Retype, word for word, each line between the lines holding "face PLANE(AX(P(5,0,-29),D(0,0,1),D(-1,0,0))) rev" and "v68 (-54.45,3,8)", inclusive, and leave the rest of the data alone.

[[ Records for the task, beginning ]]

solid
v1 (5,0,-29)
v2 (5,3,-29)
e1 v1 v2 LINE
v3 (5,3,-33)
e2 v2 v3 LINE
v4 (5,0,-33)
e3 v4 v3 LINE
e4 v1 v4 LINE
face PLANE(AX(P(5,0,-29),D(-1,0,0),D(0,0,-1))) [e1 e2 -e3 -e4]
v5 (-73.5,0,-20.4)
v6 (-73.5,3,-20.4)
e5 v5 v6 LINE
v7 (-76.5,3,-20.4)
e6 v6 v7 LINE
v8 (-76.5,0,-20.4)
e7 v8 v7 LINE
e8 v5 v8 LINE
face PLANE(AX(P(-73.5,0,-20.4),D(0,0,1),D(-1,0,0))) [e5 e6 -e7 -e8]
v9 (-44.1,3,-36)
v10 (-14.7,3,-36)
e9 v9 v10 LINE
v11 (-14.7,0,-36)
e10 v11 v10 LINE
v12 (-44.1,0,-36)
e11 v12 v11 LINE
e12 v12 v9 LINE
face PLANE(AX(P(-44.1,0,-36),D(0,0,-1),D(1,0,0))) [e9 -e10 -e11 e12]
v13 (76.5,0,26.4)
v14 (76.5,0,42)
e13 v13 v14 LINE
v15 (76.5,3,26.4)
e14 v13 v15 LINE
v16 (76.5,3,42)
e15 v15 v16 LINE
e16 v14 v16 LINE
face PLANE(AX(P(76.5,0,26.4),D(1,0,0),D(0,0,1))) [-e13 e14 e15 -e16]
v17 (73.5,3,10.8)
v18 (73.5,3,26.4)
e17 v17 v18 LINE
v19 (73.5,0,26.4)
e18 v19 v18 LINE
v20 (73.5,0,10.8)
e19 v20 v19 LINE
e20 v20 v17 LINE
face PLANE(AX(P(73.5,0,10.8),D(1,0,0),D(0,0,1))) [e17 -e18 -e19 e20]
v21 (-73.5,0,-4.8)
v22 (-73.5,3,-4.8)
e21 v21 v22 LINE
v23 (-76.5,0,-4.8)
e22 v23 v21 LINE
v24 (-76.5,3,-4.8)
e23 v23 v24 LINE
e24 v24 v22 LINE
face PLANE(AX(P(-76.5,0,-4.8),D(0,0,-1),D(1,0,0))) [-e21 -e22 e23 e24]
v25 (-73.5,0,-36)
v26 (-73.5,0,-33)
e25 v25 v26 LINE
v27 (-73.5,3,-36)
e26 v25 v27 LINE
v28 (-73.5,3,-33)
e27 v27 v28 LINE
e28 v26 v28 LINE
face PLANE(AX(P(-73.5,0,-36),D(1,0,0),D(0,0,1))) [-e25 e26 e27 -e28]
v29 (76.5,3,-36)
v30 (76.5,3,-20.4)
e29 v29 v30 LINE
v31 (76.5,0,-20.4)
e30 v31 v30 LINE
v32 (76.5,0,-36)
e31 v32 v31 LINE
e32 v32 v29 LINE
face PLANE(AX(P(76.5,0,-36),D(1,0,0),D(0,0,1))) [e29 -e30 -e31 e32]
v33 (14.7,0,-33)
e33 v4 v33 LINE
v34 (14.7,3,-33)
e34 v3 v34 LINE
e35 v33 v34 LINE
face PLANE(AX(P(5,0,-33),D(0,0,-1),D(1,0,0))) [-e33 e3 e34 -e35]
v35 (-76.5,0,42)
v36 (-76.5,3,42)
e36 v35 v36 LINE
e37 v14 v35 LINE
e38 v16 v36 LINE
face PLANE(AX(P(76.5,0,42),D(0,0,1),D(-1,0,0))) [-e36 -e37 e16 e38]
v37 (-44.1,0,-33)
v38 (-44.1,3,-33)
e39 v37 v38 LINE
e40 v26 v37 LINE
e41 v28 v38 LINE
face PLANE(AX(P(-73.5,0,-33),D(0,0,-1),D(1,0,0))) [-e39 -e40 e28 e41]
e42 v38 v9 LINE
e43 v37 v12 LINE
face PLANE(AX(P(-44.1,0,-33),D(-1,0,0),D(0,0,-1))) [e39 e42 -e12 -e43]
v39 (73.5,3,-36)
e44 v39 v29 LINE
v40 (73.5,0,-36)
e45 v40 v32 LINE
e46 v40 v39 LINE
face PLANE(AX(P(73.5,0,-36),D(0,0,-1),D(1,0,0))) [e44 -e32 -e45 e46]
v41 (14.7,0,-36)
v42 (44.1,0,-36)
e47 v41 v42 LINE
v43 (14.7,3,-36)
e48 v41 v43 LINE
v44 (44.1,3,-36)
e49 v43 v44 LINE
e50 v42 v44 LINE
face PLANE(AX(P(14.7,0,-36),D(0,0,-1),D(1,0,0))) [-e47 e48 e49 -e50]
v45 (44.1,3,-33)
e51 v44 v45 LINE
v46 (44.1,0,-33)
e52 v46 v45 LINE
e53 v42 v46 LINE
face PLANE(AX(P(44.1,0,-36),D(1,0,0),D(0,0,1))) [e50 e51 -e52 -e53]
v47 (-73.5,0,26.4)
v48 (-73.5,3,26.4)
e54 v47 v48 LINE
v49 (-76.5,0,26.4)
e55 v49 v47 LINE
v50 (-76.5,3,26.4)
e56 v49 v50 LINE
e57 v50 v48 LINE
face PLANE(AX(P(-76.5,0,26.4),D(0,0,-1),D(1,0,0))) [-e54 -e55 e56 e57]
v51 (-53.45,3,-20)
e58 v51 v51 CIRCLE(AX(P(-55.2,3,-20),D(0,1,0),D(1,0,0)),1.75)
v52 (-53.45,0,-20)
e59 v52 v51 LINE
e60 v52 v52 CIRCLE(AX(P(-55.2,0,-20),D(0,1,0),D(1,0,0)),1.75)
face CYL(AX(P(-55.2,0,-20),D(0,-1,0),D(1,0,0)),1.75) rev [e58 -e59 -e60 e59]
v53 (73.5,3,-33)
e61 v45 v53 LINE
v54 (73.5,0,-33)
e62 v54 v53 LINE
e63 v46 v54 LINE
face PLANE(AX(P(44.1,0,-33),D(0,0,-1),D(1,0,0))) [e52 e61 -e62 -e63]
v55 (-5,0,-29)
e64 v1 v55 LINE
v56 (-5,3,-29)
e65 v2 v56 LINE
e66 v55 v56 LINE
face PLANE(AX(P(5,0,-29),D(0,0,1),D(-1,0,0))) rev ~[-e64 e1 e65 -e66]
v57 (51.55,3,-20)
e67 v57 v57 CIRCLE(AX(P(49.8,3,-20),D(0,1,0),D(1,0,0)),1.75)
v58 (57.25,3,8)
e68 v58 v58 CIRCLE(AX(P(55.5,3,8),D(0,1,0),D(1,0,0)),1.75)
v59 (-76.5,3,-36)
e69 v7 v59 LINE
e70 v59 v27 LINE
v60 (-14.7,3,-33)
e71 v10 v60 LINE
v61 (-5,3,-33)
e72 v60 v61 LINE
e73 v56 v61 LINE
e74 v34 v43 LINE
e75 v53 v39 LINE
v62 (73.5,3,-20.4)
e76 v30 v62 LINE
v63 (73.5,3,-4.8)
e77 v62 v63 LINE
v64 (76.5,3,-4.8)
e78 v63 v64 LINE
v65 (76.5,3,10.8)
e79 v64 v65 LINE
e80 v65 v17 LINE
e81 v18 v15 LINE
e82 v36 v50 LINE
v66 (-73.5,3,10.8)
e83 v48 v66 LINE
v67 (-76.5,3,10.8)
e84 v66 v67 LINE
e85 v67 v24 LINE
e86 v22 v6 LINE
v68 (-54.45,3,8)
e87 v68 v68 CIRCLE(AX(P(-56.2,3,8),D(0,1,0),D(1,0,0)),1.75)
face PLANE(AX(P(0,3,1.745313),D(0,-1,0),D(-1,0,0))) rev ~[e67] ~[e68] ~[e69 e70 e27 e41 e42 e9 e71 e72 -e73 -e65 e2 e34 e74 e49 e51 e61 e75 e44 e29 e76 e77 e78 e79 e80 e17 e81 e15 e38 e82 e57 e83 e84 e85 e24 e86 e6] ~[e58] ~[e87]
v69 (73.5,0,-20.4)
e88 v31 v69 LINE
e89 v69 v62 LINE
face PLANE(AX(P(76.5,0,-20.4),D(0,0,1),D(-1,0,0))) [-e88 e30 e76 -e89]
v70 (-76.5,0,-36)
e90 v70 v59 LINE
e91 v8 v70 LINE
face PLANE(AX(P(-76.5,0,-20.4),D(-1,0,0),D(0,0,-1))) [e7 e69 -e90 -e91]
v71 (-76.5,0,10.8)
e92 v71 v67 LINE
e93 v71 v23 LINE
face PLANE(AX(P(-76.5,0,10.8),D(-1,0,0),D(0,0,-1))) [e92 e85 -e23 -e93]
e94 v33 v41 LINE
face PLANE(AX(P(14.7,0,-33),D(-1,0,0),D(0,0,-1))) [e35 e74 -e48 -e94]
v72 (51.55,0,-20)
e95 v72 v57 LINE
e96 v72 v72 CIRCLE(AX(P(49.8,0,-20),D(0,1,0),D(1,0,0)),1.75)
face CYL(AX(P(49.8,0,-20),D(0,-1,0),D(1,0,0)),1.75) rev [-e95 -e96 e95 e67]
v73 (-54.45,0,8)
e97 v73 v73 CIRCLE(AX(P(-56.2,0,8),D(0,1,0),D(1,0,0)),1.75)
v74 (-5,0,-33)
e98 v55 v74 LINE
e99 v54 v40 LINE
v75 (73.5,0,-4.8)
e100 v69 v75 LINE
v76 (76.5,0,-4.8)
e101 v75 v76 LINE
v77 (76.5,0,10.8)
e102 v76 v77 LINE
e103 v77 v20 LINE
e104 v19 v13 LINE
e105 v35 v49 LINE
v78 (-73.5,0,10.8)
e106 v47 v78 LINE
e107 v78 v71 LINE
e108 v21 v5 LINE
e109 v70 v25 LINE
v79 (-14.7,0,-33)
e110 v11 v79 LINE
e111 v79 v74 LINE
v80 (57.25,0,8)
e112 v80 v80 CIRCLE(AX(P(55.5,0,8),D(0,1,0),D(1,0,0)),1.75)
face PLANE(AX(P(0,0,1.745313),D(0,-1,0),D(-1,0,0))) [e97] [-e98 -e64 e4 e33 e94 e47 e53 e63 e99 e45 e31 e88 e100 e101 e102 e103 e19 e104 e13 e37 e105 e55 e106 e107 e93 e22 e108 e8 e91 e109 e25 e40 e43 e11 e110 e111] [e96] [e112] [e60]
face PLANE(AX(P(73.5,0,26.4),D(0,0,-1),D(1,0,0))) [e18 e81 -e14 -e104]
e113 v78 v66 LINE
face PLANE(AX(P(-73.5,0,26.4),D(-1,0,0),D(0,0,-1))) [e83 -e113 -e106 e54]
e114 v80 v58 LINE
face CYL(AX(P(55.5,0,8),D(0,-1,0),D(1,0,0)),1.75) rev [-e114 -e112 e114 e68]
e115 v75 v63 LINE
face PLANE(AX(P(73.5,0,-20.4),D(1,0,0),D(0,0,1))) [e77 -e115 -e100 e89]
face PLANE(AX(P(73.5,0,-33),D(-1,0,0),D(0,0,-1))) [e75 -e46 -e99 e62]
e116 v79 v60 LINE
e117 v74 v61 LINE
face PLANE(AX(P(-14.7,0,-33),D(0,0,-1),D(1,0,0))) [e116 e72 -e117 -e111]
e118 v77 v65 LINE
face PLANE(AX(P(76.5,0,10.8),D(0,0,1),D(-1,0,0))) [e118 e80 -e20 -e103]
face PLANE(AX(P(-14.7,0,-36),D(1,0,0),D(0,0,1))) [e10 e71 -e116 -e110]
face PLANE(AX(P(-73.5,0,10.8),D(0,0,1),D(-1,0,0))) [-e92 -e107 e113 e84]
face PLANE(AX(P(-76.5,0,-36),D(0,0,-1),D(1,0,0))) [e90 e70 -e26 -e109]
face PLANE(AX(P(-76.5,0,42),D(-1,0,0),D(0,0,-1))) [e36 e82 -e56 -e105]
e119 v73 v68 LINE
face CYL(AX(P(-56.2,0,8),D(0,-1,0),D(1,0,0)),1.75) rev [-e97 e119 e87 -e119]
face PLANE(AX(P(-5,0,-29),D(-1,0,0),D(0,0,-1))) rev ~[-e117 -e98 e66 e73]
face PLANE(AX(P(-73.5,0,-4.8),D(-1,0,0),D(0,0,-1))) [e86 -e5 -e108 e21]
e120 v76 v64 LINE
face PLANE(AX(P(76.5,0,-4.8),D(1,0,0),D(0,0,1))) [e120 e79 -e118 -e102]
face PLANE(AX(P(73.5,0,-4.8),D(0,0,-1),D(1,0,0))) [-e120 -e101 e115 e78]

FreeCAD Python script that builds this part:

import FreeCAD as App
import Part
import Sketcher
Q = App.Units.Quantity


def add_polygon(sketch, points):
    """Adds a closed chain of lines whose ends are joined by coincident constraints."""
    first, n = sketch.GeometryCount, len(points)
    for a, b in zip(points, points[1:] + points[:1]):
        sketch.addGeometry(Part.LineSegment(App.Vector(*a, 0), App.Vector(*b, 0)), False)
    for i in range(n):
        sketch.addConstraint(Sketcher.Constraint("Coincident", first + i, 2, first + (i + 1) % n, 1))

doc = App.newDocument("Part")
body = doc.addObject("PartDesign::Body", "Body")

# Sketch on XZ plane
sketch1 = body.newObject("Sketcher::SketchObject", "Sketch")
sketch1.AttachmentSupport = (doc.getObject("XZ_Plane"), [""])
sketch1.MapMode = "FlatFace"
add_polygon(sketch1, [(-44.1, -33), (-73.5, -33), (-73.5, -36), (-76.5, -36), (-76.5, -20.4), (-73.5, -20.4), (-73.5, -4.8), (-76.5, -4.8), (-76.5, 10.8), (-73.5, 10.8), (-73.5, 26.4), (-76.5, 26.4), (-76.5, 42), (76.5, 42), (76.5, 26.4), (73.5, 26.4), (73.5, 10.8), (76.5, 10.8), (76.5, -4.8), (73.5, -4.8), (73.5, -20.4), (76.5, -20.4), (76.5, -36), (73.5, -36), (73.5, -33), (44.1, -33), (44.1, -36), (14.7, -36), (14.7, -33), (5, -33), (5, -29), (-5, -29), (-5, -33), (-14.7, -33), (-14.7, -36), (-44.1, -36)])  # lines 0-35
sketch1.addGeometry(Part.Circle(App.Vector(55.5, 8, 0), App.Vector(0, 0, 1), 1.75), False)  # 36
sketch1.addGeometry(Part.Circle(App.Vector(-56.2, 8, 0), App.Vector(0, 0, 1), 1.75), False)  # 37
sketch1.addGeometry(Part.Circle(App.Vector(49.8, -20, 0), App.Vector(0, 0, 1), 1.75), False)  # 38
sketch1.addGeometry(Part.Circle(App.Vector(-55.2, -20, 0), App.Vector(0, 0, 1), 1.75), False)  # 39
sketch1.addConstraint(Sketcher.Constraint("Horizontal", 0))
sketch1.addConstraint(Sketcher.Constraint("Vertical", 1))
sketch1.addConstraint(Sketcher.Constraint("Horizontal", 2))
sketch1.addConstraint(Sketcher.Constraint("Vertical", 3))
sketch1.addConstraint(Sketcher.Constraint("Horizontal", 4))
sketch1.addConstraint(Sketcher.Constraint("Vertical", 5))
sketch1.addConstraint(Sketcher.Constraint("Horizontal", 6))
sketch1.addConstraint(Sketcher.Constraint("Vertical", 7))
sketch1.addConstraint(Sketcher.Constraint("Horizontal", 8))
sketch1.addConstraint(Sketcher.Constraint("Vertical", 9))
sketch1.addConstraint(Sketcher.Constraint("Horizontal", 10))
sketch1.addConstraint(Sketcher.Constraint("Vertical", 11))
sketch1.addConstraint(Sketcher.Constraint("Horizontal", 12))
sketch1.addConstraint(Sketcher.Constraint("Vertical", 13))
sketch1.addConstraint(Sketcher.Constraint("Horizontal", 14))
sketch1.addConstraint(Sketcher.Constraint("Vertical", 15))
sketch1.addConstraint(Sketcher.Constraint("Horizontal", 16))
sketch1.addConstraint(Sketcher.Constraint("Vertical", 17))
sketch1.addConstraint(Sketcher.Constraint("Horizontal", 18))
sketch1.addConstraint(Sketcher.Constraint("Vertical", 19))
sketch1.addConstraint(Sketcher.Constraint("Horizontal", 20))
sketch1.addConstraint(Sketcher.Constraint("Vertical", 21))
sketch1.addConstraint(Sketcher.Constraint("Horizontal", 22))
sketch1.addConstraint(Sketcher.Constraint("Vertical", 23))
sketch1.addConstraint(Sketcher.Constraint("Horizontal", 24))
sketch1.addConstraint(Sketcher.Constraint("Vertical", 25))
sketch1.addConstraint(Sketcher.Constraint("Horizontal", 26))
sketch1.addConstraint(Sketcher.Constraint("Vertical", 27))
sketch1.addConstraint(Sketcher.Constraint("Horizontal", 28))
sketch1.addConstraint(Sketcher.Constraint("Vertical", 29))
sketch1.addConstraint(Sketcher.Constraint("Horizontal", 30))
sketch1.addConstraint(Sketcher.Constraint("Vertical", 31))
sketch1.addConstraint(Sketcher.Constraint("Horizontal", 32))
sketch1.addConstraint(Sketcher.Constraint("Vertical", 33))
sketch1.addConstraint(Sketcher.Constraint("Horizontal", 34))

[[ Records for the task, end ]]

### Completed exercise
face PLANE(AX(P(5,0,-29),D(0,0,1),D(-1,0,0))) rev ~[-e64 e1 e65 -e66]
v57 (51.55,3,-20)
e67 v57 v57 CIRCLE(AX(P(49.8,3,-20),D(0,1,0),D(1,0,0)),1.75)
v58 (57.25,3,8)
e68 v58 v58 CIRCLE(AX(P(55.5,3,8),D(0,1,0),D(1,0,0)),1.75)
v59 (-76.5,3,-36)
e69 v7 v59 LINE
e70 v59 v27 LINE
v60 (-14.7,3,-33)
e71 v10 v60 LINE
v61 (-5,3,-33)
e72 v60 v61 LINE
e73 v56 v61 LINE
e74 v34 v43 LINE
e75 v53 v39 LINE
v62 (73.5,3,-20.4)
e76 v30 v62 LINE
v63 (73.5,3,-4.8)
e77 v62 v63 LINE
v64 (76.5,3,-4.8)
e78 v63 v64 LINE
v65 (76.5,3,10.8)
e79 v64 v65 LINE
e80 v65 v17 LINE
e81 v18 v15 LINE
e82 v36 v50 LINE
v66 (-73.5,3,10.8)
e83 v48 v66 LINE
v67 (-76.5,3,10.8)
e84 v66 v67 LINE
e85 v67 v24 LINE
e86 v22 v6 LINE
v68 (-54.45,3,8)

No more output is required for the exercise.